CATEGORY
Molecular Screening
SOURCE
RDKit
DESCRIPTION
Performs 3D alignment of molecules using Open3DAlign
INPUTS
- input: a dataset of molecules to be aligned
- queryMol: a data containing the query 3D structure
OUTPUTS
A dataset of molecules
OPTIONS
Query mol index | The index of the structure in the queryMol dataset. Default is the first. |
O3DAlign score threshold | Alignment score threshold determining which structures are output. If not specified then all are output. |
Number of conformers | Number of conformers to generate (leave empty if input already contains 3D structures). |
Use Crippen (logP) contributions | Include Crippen (logP) calculations in the alignment. |
ADDITIONAL INFO
Open3DAlign can be used to perform a rigid alignment of 3D structures. Details can be found here. It has been incorporated into RDKit, which is how it is used by this cell.

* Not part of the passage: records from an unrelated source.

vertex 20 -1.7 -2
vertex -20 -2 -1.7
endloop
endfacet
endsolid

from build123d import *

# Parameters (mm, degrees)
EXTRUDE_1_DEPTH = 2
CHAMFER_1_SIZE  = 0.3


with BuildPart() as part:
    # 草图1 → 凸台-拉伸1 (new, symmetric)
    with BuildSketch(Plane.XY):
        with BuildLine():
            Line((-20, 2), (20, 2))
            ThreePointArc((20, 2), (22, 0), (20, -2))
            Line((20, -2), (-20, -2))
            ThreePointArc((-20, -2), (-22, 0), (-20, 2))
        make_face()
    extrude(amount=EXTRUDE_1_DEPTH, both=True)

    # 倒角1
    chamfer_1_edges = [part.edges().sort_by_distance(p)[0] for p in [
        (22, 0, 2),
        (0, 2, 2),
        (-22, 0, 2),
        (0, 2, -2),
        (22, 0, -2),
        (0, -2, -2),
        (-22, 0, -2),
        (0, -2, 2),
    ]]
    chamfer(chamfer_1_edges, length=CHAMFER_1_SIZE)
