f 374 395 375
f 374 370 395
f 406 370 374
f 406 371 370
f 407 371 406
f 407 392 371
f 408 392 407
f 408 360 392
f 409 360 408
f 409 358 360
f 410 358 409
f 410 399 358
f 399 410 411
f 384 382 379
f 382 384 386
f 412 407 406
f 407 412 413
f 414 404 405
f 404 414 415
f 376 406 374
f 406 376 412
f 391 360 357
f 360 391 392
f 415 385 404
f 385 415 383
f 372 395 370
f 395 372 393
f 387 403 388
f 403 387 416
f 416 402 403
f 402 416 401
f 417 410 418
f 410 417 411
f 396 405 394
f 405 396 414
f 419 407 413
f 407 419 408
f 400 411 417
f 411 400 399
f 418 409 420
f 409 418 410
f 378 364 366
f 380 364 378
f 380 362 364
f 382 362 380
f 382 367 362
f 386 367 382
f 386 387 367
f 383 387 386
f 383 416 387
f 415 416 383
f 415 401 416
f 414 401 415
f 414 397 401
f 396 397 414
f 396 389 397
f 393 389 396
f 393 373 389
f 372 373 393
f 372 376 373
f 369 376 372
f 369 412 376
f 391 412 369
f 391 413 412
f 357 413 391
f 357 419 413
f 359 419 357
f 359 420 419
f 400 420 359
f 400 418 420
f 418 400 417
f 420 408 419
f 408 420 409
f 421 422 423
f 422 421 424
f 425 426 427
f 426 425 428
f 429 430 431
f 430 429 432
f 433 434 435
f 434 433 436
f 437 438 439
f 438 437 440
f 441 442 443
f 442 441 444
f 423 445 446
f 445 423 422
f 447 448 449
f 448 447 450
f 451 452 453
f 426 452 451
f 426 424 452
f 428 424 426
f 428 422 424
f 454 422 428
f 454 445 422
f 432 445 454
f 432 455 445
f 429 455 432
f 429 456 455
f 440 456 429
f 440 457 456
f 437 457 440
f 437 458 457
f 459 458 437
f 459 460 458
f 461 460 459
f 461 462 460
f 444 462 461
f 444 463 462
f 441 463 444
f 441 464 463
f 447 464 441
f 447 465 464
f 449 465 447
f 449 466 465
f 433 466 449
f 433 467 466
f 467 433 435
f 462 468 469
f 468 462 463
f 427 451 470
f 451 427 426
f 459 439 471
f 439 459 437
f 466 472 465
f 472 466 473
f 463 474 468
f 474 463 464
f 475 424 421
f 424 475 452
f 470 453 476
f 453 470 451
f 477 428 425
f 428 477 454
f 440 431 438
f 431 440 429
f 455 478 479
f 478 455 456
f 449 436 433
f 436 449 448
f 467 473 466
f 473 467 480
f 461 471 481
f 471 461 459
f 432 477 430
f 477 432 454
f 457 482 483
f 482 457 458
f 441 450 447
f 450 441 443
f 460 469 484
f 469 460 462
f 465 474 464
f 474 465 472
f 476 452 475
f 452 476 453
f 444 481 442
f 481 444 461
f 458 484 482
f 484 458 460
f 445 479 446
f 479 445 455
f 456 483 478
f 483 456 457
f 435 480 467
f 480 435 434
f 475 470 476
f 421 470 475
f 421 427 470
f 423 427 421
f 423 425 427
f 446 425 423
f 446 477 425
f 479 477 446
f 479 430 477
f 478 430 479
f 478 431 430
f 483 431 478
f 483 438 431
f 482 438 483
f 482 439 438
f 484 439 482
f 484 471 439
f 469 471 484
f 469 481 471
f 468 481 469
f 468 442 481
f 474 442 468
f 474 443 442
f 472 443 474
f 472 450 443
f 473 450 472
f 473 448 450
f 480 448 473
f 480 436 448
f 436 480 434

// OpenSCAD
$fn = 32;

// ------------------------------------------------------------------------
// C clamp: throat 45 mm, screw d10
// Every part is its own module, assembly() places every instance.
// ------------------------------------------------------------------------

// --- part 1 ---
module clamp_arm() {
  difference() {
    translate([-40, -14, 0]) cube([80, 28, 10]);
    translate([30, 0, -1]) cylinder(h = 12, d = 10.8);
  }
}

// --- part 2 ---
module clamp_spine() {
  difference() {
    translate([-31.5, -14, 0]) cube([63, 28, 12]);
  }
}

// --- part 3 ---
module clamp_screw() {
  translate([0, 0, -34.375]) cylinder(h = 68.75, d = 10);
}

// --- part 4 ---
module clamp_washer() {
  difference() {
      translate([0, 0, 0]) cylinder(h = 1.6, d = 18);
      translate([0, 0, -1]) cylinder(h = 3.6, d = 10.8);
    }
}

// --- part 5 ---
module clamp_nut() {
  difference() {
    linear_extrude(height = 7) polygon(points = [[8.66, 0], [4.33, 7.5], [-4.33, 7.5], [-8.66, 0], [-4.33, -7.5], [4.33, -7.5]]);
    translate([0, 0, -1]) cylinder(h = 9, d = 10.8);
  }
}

The input to the cell can either already contains 3D conformers or they can be generated by the cell. If you want them to be generated specify a positive value for the Number of conformers option.
The input to the cell can either already contains 3D conformers or they can be generated by the cell. If you want them to be generated specify a positive value for the Number of conformers option.
The output are the structures aligned to the query molecule. The target molecule is translated and rotated to optimise the alignment, but the internal geometry is unmodified.
The alignment scores that are generated are only valid for that particular query molecule. They are numbers, typically in the range of 50 - 150 (bigger scores mean better alignments). The “ideal” score can be determined by aligning the query to itself (let’s call this score Q). You can control which structures are output using the O3DAlign score threshold option (let’s call this T) which allows target structures that have an alignment score lower than Q - T to be excluded from the output. You may need to play with this option to get the desired output.